(Collected data)
┄┄┄┄┄┄┄┄┄┄
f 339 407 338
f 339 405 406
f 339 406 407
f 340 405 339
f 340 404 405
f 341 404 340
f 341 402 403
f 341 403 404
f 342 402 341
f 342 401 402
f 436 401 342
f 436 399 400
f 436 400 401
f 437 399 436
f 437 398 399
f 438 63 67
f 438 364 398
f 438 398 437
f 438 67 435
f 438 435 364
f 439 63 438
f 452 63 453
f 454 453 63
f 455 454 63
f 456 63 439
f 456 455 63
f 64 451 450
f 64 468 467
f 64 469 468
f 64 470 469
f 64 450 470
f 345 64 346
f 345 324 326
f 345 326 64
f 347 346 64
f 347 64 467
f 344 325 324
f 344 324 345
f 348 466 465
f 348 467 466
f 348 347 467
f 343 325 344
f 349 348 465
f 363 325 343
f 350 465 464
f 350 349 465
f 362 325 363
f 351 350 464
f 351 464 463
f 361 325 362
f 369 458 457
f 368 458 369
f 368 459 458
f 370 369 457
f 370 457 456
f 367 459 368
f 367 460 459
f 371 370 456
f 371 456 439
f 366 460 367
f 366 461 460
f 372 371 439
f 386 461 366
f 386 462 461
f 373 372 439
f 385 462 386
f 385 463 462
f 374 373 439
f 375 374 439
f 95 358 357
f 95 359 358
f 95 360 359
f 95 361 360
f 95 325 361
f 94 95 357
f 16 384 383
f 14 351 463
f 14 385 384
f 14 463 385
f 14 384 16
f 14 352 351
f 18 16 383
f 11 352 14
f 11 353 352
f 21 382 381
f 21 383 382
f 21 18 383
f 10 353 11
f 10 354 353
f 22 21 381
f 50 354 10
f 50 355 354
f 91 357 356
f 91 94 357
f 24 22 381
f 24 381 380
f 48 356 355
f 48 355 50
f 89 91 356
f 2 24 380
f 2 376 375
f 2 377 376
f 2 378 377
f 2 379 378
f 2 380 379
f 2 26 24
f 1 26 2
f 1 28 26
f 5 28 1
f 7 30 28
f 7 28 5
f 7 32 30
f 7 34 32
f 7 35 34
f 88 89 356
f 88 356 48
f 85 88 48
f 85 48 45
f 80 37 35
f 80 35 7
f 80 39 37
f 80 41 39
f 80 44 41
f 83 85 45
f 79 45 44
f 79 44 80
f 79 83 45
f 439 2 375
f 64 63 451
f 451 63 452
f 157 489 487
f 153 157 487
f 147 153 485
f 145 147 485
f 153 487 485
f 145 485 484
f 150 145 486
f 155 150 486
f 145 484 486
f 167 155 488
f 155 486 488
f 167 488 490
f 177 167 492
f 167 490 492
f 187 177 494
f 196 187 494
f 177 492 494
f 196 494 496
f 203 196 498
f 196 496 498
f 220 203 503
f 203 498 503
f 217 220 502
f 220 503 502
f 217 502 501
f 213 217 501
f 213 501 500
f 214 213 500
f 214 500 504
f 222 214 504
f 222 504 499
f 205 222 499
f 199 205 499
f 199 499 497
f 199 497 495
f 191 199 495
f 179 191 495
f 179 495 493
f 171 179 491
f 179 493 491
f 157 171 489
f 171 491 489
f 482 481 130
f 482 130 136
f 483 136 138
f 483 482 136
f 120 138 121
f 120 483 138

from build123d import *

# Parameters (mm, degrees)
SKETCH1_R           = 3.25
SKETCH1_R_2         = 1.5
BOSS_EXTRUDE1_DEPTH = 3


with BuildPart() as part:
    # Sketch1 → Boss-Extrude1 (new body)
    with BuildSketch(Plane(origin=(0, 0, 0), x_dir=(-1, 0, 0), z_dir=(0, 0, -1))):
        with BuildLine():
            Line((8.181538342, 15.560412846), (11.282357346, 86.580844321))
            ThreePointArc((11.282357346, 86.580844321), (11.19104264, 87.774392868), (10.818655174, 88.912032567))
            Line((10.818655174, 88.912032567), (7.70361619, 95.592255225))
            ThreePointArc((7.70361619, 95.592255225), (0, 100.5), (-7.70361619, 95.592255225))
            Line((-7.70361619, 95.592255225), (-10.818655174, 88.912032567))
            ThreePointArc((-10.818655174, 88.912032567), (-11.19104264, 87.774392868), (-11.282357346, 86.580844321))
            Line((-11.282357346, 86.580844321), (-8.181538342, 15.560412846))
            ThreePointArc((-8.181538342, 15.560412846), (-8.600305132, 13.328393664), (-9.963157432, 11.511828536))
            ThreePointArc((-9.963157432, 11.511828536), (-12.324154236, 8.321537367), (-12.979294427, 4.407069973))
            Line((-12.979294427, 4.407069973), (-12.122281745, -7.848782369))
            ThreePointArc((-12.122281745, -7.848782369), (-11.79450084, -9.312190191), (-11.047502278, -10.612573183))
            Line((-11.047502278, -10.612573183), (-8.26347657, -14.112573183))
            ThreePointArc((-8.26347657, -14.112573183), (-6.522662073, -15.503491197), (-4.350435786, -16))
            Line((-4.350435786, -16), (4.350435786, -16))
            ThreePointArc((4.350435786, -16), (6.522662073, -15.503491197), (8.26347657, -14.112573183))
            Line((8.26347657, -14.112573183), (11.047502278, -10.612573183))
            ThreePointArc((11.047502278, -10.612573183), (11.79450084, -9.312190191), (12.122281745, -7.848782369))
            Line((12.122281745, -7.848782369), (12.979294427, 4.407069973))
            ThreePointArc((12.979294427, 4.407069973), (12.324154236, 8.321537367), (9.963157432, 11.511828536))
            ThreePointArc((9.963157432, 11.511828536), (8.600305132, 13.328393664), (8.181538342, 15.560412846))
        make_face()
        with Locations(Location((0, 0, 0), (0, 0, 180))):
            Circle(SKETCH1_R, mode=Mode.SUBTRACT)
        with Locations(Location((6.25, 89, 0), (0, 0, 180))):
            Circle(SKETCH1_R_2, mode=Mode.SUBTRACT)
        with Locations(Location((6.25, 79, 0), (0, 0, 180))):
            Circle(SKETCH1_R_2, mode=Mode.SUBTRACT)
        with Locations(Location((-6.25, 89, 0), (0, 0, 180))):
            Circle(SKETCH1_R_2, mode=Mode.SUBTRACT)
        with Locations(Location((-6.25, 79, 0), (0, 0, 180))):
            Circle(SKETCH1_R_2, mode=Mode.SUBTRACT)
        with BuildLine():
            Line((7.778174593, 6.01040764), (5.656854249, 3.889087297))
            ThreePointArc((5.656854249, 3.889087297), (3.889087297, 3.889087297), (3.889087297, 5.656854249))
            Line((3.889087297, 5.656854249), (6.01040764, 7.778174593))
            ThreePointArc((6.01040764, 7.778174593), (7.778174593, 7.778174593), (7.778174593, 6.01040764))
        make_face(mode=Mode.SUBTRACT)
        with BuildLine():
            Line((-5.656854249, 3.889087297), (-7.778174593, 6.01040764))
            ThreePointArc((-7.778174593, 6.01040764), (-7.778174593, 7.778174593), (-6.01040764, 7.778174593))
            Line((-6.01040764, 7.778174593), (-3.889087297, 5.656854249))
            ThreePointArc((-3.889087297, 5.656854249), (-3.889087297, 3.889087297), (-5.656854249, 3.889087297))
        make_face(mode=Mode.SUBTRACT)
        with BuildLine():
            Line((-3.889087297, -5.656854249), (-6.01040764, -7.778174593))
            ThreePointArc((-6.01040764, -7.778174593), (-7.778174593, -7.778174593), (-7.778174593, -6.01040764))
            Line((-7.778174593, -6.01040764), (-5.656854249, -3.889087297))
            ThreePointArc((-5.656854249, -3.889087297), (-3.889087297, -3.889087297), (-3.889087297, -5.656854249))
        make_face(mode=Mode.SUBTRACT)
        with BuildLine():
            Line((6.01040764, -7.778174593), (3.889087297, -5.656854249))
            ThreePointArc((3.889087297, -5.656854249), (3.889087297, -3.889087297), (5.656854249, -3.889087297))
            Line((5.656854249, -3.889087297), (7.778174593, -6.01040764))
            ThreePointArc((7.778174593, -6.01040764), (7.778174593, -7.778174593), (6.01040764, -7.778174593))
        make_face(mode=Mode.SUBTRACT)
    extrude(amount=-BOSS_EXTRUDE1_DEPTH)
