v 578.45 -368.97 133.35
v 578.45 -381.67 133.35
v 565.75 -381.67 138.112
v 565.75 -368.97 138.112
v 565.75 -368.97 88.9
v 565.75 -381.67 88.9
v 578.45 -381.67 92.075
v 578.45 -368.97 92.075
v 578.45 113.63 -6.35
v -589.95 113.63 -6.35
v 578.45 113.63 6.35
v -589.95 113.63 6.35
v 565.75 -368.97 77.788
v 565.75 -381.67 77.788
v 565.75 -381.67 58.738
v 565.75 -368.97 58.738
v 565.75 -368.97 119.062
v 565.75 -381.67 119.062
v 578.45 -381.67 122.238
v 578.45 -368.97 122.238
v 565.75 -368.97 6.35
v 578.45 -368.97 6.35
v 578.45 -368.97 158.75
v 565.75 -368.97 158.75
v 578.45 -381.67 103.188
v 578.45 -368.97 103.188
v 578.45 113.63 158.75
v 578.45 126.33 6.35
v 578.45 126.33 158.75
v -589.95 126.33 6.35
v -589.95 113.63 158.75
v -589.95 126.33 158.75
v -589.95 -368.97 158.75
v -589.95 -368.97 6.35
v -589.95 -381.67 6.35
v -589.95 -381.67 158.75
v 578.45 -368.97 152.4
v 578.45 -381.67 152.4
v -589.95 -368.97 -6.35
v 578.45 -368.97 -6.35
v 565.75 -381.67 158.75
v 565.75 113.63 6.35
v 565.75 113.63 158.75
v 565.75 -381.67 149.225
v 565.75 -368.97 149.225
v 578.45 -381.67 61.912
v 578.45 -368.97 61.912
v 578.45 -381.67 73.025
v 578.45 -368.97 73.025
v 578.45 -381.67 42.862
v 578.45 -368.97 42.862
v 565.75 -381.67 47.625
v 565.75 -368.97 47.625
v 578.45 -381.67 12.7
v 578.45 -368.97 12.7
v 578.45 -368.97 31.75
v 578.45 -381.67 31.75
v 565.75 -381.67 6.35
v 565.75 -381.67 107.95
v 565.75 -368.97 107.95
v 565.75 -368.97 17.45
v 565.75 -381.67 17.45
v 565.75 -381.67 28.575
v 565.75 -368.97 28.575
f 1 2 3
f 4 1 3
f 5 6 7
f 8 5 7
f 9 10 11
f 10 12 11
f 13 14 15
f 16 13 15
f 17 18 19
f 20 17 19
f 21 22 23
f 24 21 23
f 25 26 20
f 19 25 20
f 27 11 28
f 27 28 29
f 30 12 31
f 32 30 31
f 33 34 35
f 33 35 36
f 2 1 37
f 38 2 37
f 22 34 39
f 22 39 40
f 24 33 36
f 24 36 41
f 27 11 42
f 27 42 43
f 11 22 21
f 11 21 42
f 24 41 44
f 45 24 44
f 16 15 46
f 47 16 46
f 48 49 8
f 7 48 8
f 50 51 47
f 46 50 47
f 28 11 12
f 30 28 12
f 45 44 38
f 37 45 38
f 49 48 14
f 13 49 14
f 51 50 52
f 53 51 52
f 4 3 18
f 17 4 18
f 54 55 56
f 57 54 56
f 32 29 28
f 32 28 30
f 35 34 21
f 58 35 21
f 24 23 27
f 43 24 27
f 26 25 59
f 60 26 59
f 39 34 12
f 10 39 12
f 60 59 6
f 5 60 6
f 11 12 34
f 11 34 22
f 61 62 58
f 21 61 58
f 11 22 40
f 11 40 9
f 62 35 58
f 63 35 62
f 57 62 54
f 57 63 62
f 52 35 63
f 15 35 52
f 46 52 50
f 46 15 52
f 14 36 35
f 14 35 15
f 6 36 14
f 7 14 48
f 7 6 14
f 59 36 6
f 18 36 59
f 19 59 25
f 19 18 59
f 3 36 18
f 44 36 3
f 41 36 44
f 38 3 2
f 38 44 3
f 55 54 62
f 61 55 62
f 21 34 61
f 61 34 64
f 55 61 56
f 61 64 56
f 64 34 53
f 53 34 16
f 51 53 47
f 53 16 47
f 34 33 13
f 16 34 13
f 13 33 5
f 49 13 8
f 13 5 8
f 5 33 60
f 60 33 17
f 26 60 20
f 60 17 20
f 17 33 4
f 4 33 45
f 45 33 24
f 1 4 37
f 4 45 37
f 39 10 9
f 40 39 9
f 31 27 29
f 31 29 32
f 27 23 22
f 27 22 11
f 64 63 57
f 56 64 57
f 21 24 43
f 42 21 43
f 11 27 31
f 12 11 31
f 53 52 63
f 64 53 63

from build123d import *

# Parameters (mm, degrees)
F0_W     = 1168.4
F0_H     = 482.6
F1_DEPTH = 6.35
F2_W     = 1168.4
F2_H     = 152.4
F3_DEPTH = 12.7
F4_W     = 1168.4
F4_H     = 152.4
F5_DEPTH = 12.7
F6_W     = 482.6
F6_H     = 152.4
F7_DEPTH = 12.7
F9_DEPTH = 12.7


with BuildPart() as f1:
    # F0 (on Top) → F1 (new body, symmetric)
    with BuildSketch(Plane.XY):
        with Locations((-5.750306, -127.670162)):
            Rectangle(F0_W, F0_H)
    extrude(amount=F1_DEPTH, both=True)


with BuildPart() as f3:
    # F2 (on face) → F3 (new body)
    with BuildSketch(Plane.XZ.offset(368.970162)):
        with Locations((-5.750306, 82.55)):
            Rectangle(F2_W, F2_H)
    extrude(amount=F3_DEPTH)

    # F8 (on face) → F9 (cut)
    with BuildSketch(Plane.XZ.offset(381.670162)):
        Polygon((565.749694, 158.75), (565.749694, 149.225), (578.449694, 152.4), (578.449694, 158.75), align=None)
        Polygon((578.449694, 122.2375), (578.449694, 133.35), (565.749694, 138.1125), (565.749694, 119.0625), align=None)
        Polygon((578.449694, 92.075), (578.449694, 103.1875), (565.749694, 107.95), (565.749694, 88.9), align=None)
        Polygon((578.449694, 61.9125), (578.449694, 73.025), (565.749694, 77.7875), (565.749694, 58.7375), align=None)
        Polygon((578.449694, 31.75), (578.449694, 42.8625), (565.749694, 47.625), (565.749694, 28.575), align=None)
        Polygon((578.449694, 12.7), (565.749694, 17.4498), (565.749694, 6.35), (578.449694, 6.35), align=None)
    extrude(amount=-F9_DEPTH, mode=Mode.SUBTRACT)


with BuildPart() as f5:
    # F4 (on face) → F5 (new body)
    with BuildSketch(Plane(origin=(0, 113.629838, 0), x_dir=(-1, 0, 0), z_dir=(0, 1, 0))):
        with Locations((5.750306, 82.55)):
            Rectangle(F4_W, F4_H)
    extrude(amount=F5_DEPTH)


with BuildPart() as f7:
    # F6 (on face) → F7 (new body)
    with BuildSketch(Plane.YZ.offset(578.449694)):
        with Locations((-127.670162, 82.55)):
            Rectangle(F6_W, F6_H)
    extrude(amount=-F7_DEPTH)


solid = Compound([f1.part, f3.part, f5.part, f7.part])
┄┄┄┄┄┄┄┄┄┄
## EXERCISE GOAL
Leave out every line above except those from the line with "v 565.75 -381.67 158.75" up to and including the line with "v 578.45 -368.97 31.75", and copy those exactly.

## COMPLETED EXERCISE
v 565.75 -381.67 158.75
v 565.75 113.63 6.35
v 565.75 113.63 158.75
v 565.75 -381.67 149.225
v 565.75 -368.97 149.225
v 578.45 -381.67 61.912
v 578.45 -368.97 61.912
v 578.45 -381.67 73.025
v 578.45 -368.97 73.025
v 578.45 -381.67 42.862
v 578.45 -368.97 42.862
v 565.75 -381.67 47.625
v 565.75 -368.97 47.625
v 578.45 -381.67 12.7
v 578.45 -368.97 12.7
v 578.45 -368.97 31.75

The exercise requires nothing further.